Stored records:
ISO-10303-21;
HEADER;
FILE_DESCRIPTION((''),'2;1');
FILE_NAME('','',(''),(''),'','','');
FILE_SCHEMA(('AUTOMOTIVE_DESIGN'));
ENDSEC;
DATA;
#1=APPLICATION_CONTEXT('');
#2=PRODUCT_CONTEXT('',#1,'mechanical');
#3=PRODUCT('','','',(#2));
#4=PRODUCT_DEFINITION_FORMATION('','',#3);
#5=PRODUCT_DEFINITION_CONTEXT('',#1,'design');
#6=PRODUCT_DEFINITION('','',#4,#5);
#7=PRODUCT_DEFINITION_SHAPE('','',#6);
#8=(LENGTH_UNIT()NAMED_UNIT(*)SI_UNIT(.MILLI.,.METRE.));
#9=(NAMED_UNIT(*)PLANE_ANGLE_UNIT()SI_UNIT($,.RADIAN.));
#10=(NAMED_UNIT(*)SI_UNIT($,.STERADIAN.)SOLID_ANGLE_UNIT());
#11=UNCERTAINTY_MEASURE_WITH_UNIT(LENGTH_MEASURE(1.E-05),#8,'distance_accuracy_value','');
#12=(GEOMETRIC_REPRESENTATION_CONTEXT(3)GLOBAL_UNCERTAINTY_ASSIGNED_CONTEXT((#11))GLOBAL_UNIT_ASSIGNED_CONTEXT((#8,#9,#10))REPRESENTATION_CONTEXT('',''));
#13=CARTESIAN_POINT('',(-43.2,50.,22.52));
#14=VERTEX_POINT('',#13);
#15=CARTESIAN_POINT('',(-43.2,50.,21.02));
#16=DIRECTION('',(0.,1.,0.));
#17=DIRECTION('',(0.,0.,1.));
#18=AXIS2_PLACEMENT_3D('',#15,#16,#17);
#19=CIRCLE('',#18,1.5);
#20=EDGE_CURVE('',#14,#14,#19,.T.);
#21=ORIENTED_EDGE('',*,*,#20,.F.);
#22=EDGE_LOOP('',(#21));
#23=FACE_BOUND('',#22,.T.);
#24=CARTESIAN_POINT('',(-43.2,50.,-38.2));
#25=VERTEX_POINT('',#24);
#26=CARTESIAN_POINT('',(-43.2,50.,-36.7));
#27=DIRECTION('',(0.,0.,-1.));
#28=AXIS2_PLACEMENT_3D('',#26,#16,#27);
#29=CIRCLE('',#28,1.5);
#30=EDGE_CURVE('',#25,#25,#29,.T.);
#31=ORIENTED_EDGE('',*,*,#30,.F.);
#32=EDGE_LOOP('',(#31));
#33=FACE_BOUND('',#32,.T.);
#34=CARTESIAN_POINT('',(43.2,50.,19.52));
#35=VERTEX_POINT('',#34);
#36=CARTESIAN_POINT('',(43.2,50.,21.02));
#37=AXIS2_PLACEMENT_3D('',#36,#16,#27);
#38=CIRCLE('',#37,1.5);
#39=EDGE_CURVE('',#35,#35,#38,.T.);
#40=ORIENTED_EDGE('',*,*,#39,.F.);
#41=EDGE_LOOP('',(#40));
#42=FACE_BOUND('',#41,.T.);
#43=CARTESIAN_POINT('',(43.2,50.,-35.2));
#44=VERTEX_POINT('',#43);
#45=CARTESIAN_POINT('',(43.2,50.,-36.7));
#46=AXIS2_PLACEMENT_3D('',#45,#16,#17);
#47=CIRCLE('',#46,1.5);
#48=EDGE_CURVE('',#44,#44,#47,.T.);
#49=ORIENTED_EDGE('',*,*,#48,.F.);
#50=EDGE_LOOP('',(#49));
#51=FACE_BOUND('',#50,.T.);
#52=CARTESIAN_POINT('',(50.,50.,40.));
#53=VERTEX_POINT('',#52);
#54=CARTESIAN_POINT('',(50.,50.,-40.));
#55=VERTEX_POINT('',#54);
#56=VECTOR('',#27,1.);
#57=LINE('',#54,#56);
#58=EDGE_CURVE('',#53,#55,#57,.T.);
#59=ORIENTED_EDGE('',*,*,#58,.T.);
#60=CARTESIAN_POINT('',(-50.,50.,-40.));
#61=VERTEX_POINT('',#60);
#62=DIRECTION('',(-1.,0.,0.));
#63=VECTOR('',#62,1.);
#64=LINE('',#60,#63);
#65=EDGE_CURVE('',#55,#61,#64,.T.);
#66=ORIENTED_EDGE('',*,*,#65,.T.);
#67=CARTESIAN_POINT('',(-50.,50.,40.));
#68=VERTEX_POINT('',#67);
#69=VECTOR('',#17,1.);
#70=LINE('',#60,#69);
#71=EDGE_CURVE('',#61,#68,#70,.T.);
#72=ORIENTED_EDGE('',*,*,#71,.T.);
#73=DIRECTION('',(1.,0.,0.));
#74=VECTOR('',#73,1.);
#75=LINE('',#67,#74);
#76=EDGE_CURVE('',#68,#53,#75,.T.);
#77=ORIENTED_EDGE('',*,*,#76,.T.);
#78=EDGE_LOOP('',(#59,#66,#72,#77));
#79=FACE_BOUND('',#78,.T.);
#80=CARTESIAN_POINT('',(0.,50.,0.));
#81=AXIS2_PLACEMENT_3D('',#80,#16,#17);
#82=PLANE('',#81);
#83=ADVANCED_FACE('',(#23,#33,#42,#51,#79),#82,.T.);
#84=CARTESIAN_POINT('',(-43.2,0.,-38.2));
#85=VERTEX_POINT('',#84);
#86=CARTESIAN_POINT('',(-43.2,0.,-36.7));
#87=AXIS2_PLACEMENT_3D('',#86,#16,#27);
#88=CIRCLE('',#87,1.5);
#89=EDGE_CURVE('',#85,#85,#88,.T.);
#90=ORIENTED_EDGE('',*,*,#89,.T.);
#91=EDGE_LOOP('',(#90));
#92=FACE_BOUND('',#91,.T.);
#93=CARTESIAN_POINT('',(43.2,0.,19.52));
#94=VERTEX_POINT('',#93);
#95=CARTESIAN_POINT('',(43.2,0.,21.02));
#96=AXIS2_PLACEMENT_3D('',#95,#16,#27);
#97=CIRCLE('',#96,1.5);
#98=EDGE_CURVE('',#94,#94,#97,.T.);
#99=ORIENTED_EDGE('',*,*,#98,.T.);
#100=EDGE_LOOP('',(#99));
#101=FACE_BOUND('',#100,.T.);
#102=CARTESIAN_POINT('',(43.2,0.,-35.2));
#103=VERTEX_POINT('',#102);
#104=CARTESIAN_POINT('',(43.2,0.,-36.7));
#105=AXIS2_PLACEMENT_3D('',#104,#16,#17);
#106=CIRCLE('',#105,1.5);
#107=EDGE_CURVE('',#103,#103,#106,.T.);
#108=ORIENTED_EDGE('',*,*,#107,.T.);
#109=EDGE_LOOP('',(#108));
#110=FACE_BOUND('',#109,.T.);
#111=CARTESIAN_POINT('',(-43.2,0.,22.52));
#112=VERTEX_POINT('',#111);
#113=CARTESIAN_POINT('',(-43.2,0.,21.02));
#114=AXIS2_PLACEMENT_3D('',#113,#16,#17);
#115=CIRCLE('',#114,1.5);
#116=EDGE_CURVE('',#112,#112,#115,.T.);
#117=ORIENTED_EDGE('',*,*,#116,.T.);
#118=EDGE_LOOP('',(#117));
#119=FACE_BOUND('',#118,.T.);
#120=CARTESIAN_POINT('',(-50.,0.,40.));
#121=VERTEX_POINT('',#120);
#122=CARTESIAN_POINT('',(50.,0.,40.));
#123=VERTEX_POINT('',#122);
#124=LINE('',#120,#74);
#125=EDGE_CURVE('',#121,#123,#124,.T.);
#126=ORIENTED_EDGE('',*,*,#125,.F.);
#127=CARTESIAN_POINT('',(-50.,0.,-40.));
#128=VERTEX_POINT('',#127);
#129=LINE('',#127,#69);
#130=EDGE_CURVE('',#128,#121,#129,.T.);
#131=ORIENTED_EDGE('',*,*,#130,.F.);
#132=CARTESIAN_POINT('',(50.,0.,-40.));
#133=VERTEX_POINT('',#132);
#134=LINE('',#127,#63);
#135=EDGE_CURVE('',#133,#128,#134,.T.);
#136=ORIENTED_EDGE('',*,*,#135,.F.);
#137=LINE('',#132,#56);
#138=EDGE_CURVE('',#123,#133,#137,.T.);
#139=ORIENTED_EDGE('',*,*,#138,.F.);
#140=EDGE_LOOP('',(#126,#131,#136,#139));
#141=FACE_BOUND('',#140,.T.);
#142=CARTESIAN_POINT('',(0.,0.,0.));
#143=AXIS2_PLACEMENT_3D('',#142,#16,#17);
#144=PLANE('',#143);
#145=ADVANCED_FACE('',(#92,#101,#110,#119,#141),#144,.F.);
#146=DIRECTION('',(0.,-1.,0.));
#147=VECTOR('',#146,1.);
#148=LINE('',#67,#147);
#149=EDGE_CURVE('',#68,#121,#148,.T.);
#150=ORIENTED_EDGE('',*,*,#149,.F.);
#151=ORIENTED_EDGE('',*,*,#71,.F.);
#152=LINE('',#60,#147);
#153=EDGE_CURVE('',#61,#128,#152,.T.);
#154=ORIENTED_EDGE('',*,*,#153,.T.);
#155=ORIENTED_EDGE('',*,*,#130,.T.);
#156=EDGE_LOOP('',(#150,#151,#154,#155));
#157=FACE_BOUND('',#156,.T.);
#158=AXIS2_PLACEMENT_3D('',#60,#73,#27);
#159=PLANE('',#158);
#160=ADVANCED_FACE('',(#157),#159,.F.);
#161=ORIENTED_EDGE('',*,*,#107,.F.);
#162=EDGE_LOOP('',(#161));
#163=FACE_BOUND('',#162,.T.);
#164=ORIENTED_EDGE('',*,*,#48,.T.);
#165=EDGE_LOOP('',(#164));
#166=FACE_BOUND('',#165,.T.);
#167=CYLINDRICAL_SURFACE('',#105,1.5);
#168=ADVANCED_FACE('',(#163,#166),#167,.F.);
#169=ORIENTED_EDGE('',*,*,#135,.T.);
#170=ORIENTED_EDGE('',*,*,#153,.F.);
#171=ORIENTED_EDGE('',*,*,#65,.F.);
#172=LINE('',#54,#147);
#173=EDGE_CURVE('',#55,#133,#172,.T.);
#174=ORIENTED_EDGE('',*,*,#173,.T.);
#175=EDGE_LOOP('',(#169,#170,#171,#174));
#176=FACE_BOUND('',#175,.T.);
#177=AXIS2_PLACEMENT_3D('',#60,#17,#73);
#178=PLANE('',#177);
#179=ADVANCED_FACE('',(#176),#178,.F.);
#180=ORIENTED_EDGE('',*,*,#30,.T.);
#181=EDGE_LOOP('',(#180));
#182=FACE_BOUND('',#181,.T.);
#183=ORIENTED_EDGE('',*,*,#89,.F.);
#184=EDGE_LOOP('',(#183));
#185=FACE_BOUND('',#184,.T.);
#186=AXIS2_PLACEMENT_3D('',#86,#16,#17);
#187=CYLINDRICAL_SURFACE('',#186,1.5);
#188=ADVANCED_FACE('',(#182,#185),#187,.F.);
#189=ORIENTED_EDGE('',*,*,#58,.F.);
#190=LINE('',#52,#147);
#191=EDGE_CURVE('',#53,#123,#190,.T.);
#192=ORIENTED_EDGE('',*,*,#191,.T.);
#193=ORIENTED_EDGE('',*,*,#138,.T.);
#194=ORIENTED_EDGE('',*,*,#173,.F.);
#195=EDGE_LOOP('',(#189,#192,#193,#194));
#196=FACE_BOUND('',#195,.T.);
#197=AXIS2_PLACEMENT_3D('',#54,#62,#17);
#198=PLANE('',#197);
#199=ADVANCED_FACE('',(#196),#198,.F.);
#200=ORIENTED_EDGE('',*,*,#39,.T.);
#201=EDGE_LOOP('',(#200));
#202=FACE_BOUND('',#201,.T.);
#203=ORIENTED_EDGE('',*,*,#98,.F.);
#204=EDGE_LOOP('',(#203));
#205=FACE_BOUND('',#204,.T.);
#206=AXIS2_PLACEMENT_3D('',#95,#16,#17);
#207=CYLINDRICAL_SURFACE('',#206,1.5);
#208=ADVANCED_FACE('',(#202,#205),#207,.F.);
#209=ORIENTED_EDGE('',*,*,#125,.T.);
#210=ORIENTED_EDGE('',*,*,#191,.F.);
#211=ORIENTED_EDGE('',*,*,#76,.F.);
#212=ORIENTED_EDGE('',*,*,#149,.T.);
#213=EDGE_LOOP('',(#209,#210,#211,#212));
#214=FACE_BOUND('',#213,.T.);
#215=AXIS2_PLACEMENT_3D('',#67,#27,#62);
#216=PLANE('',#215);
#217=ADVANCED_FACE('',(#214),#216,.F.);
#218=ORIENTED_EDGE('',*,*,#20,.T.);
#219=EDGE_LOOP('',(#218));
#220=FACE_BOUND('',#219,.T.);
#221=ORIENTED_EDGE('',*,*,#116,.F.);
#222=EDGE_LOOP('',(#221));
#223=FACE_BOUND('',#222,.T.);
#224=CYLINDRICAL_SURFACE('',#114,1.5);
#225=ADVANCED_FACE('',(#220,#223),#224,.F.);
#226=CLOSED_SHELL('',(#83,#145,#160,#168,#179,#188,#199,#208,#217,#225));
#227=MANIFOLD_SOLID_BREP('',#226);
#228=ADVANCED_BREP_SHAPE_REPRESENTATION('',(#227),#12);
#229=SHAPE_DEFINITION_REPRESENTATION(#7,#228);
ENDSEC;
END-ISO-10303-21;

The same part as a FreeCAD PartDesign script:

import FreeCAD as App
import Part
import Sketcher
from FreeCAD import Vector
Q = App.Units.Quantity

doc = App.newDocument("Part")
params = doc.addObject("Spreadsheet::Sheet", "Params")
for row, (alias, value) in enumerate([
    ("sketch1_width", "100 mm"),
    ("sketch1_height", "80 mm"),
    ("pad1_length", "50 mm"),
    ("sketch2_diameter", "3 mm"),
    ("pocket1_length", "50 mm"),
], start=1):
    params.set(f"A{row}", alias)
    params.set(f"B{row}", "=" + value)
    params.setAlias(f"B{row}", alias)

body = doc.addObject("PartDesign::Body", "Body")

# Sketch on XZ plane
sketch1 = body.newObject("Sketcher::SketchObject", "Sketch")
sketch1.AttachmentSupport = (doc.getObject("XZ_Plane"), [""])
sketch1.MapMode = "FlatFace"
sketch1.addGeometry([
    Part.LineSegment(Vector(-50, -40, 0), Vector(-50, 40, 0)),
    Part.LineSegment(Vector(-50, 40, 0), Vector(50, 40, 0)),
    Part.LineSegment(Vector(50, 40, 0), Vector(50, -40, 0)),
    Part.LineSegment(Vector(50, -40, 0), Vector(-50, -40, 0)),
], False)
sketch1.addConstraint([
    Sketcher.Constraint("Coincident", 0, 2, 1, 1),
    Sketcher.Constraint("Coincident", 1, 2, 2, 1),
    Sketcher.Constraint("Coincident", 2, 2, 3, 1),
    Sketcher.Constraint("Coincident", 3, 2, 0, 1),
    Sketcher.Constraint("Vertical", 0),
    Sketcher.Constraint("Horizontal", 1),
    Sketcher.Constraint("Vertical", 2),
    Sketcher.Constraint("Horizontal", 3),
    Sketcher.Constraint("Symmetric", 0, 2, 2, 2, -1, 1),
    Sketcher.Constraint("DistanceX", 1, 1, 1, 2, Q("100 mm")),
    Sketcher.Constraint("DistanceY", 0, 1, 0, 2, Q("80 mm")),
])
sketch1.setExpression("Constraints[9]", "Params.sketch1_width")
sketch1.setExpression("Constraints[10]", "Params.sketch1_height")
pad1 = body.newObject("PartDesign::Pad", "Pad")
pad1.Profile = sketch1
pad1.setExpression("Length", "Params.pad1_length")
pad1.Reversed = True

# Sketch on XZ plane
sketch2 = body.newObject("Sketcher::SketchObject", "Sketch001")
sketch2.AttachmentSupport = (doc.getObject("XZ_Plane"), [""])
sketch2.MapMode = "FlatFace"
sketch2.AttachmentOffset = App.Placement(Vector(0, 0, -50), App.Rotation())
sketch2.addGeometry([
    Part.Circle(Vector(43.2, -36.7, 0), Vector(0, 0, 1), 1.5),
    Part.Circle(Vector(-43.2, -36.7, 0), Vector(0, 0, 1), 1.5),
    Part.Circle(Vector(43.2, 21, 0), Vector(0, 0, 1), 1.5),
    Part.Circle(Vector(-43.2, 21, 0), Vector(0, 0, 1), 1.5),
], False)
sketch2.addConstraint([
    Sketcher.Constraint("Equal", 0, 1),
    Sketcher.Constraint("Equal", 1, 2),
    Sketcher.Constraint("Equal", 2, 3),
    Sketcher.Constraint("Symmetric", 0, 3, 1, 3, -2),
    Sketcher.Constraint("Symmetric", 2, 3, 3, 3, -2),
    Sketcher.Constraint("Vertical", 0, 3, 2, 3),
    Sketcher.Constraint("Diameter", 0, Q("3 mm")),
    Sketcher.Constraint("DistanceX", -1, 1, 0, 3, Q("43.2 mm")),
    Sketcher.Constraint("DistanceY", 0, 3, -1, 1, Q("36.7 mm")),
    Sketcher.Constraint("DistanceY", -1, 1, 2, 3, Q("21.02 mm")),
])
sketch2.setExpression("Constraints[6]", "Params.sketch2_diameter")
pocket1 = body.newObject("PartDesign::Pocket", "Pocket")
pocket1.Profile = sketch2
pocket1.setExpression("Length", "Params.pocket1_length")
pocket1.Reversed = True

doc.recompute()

:: TASK TO CARRY OUT ::
For this exercise, repeat exactly the lines of the data above from the one with "#3=PRODUCT('','','',(#2));" down to the one with "#10=(NAMED_UNIT(*)SI_UNIT($,.STERADIAN.)SOLID_ANGLE_UNIT());", both end lines included.

:: SOLUTION TO THE EXERCISE ::
#3=PRODUCT('','','',(#2));
#4=PRODUCT_DEFINITION_FORMATION('','',#3);
#5=PRODUCT_DEFINITION_CONTEXT('',#1,'design');
#6=PRODUCT_DEFINITION('','',#4,#5);
#7=PRODUCT_DEFINITION_SHAPE('','',#6);
#8=(LENGTH_UNIT()NAMED_UNIT(*)SI_UNIT(.MILLI.,.METRE.));
#9=(NAMED_UNIT(*)PLANE_ANGLE_UNIT()SI_UNIT($,.RADIAN.));
#10=(NAMED_UNIT(*)SI_UNIT($,.STERADIAN.)SOLID_ANGLE_UNIT());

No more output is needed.